- [What the exercise asks] This exercise calls for every line of the listing below that contains the word "Polygon".
*** Opening of Data shown ***
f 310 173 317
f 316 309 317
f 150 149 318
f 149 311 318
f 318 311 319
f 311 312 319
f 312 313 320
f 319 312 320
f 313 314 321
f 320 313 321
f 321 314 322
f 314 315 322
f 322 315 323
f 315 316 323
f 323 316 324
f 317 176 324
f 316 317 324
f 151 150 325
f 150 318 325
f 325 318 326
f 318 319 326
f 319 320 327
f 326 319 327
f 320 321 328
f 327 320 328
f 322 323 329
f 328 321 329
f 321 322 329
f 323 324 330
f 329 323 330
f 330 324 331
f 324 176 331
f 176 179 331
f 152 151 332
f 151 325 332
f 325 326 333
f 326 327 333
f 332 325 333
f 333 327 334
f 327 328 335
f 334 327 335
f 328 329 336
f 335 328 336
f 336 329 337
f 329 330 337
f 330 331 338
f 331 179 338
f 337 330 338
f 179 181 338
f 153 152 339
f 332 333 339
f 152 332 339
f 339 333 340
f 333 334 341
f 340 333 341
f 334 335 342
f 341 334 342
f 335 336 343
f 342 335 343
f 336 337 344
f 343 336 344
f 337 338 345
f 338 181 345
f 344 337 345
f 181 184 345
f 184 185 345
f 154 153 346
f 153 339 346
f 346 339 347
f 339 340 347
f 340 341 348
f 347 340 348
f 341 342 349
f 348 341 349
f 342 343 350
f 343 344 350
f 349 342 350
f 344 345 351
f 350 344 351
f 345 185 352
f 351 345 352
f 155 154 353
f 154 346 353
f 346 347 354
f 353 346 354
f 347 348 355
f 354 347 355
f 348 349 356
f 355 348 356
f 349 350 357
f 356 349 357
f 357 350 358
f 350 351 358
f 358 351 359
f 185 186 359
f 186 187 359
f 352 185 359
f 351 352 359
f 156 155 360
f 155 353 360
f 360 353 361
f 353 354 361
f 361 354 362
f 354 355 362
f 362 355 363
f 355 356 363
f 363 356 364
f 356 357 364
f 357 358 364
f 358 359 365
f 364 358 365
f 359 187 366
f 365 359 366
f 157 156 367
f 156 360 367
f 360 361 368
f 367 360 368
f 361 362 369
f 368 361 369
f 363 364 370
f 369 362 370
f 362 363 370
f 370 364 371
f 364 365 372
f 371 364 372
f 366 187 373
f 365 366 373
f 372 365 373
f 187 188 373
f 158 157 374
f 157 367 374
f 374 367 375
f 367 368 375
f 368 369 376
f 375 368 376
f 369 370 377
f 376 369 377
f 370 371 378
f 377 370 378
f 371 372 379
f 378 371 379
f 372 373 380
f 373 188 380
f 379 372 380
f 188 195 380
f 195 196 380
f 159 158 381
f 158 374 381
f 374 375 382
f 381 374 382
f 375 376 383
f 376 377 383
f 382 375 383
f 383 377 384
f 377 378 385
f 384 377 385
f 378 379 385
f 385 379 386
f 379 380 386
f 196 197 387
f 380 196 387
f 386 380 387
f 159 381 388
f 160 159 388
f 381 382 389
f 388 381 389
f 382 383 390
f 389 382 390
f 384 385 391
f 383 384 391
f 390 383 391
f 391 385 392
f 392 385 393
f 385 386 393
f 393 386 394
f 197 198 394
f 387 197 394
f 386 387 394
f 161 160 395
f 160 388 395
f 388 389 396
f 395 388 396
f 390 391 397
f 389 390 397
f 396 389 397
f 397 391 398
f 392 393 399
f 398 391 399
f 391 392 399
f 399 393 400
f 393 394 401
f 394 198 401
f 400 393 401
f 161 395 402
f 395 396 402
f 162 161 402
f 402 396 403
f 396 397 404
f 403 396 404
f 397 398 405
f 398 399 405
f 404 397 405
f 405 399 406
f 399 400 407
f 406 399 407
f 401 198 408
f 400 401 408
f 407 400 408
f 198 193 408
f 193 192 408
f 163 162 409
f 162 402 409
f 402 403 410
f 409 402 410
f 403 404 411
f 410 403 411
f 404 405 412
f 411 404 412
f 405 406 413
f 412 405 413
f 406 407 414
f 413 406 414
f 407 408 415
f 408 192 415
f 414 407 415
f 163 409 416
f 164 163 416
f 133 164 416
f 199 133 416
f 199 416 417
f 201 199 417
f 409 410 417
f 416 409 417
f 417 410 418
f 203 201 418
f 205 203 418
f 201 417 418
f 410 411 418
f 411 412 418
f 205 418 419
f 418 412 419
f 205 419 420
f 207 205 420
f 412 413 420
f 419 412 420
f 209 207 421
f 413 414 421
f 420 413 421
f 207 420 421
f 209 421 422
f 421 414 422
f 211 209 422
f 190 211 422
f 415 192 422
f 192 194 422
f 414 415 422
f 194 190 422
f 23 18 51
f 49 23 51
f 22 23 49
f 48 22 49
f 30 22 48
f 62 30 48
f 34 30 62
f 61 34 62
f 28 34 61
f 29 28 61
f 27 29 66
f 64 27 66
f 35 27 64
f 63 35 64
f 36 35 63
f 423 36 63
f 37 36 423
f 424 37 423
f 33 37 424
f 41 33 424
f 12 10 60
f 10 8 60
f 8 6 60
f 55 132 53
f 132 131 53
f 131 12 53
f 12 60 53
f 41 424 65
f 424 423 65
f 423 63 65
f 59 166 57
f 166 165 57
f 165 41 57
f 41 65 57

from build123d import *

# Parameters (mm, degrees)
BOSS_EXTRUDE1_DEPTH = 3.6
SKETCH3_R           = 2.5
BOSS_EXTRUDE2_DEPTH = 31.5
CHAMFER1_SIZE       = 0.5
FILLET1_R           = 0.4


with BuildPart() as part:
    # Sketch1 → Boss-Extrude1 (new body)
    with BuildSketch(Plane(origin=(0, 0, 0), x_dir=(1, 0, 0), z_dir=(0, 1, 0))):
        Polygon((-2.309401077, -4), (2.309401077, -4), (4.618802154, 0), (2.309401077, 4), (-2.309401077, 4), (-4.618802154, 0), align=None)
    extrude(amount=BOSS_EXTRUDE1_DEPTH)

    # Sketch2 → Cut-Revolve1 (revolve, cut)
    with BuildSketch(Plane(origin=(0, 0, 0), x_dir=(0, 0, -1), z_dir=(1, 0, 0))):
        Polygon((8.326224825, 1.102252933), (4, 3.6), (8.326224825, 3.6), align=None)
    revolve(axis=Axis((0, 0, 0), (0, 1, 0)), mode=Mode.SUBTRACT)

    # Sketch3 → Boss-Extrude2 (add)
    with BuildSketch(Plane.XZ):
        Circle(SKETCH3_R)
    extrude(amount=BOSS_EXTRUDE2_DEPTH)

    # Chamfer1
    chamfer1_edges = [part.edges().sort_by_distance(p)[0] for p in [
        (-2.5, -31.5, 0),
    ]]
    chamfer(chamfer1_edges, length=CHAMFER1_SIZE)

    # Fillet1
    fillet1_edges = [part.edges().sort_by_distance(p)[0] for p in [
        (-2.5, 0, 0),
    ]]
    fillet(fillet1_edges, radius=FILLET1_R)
*** Close of Data shown ***
*** Opening of Data shown ***
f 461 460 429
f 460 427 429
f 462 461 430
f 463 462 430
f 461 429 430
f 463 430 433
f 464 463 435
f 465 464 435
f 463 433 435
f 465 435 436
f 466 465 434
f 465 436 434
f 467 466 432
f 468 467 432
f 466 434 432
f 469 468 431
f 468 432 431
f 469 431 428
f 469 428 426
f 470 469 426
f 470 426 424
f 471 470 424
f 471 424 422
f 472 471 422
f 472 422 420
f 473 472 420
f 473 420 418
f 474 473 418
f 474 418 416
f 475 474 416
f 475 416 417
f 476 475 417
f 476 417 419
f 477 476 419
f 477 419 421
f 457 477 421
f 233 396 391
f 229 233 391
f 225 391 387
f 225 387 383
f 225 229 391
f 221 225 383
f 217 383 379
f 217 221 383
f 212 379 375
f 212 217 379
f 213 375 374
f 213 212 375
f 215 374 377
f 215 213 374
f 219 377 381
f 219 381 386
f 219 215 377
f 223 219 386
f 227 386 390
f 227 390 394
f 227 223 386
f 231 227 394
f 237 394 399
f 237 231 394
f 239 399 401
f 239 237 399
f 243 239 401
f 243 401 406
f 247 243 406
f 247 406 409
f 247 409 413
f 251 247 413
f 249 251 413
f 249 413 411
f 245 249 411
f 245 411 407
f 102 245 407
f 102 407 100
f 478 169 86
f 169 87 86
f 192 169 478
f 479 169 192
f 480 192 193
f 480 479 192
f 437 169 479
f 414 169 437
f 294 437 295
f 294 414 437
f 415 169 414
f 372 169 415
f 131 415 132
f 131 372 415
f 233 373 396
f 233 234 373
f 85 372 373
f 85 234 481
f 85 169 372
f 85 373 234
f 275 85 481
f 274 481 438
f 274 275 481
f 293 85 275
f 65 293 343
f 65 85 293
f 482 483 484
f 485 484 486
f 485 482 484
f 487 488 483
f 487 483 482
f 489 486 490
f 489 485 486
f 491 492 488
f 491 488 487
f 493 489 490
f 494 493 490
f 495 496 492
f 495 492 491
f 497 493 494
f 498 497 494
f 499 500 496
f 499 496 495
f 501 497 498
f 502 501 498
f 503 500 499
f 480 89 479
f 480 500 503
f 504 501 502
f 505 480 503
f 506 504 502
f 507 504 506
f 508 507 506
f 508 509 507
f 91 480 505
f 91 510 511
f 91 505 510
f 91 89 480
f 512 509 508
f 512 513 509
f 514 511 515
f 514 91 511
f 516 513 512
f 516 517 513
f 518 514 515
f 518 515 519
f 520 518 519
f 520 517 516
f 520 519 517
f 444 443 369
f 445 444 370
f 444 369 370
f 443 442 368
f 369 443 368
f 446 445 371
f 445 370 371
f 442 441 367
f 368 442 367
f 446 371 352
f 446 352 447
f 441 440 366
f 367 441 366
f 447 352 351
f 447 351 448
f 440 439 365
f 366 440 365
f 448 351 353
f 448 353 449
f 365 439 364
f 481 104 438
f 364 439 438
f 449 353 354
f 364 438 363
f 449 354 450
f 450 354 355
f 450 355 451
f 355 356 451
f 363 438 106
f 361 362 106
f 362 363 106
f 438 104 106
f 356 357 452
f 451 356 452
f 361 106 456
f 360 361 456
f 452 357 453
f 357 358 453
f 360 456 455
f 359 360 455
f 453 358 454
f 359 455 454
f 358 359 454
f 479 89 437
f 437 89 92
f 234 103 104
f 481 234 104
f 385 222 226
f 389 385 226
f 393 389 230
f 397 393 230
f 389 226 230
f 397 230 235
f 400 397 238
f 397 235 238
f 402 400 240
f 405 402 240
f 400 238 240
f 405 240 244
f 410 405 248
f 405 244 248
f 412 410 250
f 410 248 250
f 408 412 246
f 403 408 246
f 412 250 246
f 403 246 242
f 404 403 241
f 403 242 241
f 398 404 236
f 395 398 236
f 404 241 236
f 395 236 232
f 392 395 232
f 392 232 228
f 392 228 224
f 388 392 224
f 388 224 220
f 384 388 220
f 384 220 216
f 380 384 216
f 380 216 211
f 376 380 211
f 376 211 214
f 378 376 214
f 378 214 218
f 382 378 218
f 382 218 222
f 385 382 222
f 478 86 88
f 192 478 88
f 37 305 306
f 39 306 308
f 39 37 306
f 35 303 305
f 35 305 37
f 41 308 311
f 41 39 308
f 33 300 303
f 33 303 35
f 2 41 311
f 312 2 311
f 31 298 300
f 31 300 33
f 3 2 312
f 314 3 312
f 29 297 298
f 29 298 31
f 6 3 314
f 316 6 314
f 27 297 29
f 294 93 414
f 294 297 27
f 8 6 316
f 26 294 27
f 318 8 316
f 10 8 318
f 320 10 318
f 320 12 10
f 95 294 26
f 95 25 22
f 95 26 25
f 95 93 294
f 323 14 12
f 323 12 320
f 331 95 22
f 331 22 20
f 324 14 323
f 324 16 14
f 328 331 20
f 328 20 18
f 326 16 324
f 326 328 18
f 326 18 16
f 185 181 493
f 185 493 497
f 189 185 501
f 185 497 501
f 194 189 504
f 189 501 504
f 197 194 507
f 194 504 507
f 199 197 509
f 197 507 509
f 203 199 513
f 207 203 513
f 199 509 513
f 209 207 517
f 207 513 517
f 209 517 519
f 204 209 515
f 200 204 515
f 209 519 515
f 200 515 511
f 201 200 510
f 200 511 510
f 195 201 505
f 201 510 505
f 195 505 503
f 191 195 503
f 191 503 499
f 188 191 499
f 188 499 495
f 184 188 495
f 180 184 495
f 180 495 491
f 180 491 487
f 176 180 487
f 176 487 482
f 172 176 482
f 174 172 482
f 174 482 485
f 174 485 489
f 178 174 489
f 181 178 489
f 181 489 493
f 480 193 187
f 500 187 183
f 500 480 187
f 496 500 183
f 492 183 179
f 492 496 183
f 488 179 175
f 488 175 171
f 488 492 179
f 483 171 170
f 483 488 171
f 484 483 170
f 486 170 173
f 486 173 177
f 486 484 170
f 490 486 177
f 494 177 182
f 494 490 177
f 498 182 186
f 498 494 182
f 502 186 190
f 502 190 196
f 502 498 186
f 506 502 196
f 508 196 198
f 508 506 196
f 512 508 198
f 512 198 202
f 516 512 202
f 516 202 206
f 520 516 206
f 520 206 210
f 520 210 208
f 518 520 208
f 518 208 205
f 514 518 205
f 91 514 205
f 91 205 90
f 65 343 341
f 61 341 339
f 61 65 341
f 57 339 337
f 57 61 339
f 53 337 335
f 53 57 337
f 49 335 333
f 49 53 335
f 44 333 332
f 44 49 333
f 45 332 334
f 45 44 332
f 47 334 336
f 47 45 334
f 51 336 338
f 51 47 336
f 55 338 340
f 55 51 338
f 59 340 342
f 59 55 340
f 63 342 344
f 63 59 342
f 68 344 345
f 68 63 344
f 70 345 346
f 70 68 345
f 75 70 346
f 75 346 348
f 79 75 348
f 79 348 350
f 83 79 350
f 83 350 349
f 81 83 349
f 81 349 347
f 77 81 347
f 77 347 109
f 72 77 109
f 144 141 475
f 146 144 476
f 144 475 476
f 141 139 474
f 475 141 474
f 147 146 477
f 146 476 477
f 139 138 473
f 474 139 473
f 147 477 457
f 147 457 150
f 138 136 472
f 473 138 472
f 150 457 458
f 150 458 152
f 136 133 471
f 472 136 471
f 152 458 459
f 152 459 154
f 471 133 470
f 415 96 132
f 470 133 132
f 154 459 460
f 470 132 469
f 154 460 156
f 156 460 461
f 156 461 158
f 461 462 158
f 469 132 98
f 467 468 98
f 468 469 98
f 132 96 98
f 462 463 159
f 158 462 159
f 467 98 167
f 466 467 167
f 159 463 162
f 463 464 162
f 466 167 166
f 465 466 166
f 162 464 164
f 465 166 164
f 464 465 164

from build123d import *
*** Close of Data shown ***
- [Output]
        Polygon((-2.309401077, -4), (2.309401077, -4), (4.618802154, 0), (2.309401077, 4), (-2.309401077, 4), (-4.618802154, 0), align=None)
        Polygon((8.326224825, 1.102252933), (4, 3.6), (8.326224825, 3.6), align=None)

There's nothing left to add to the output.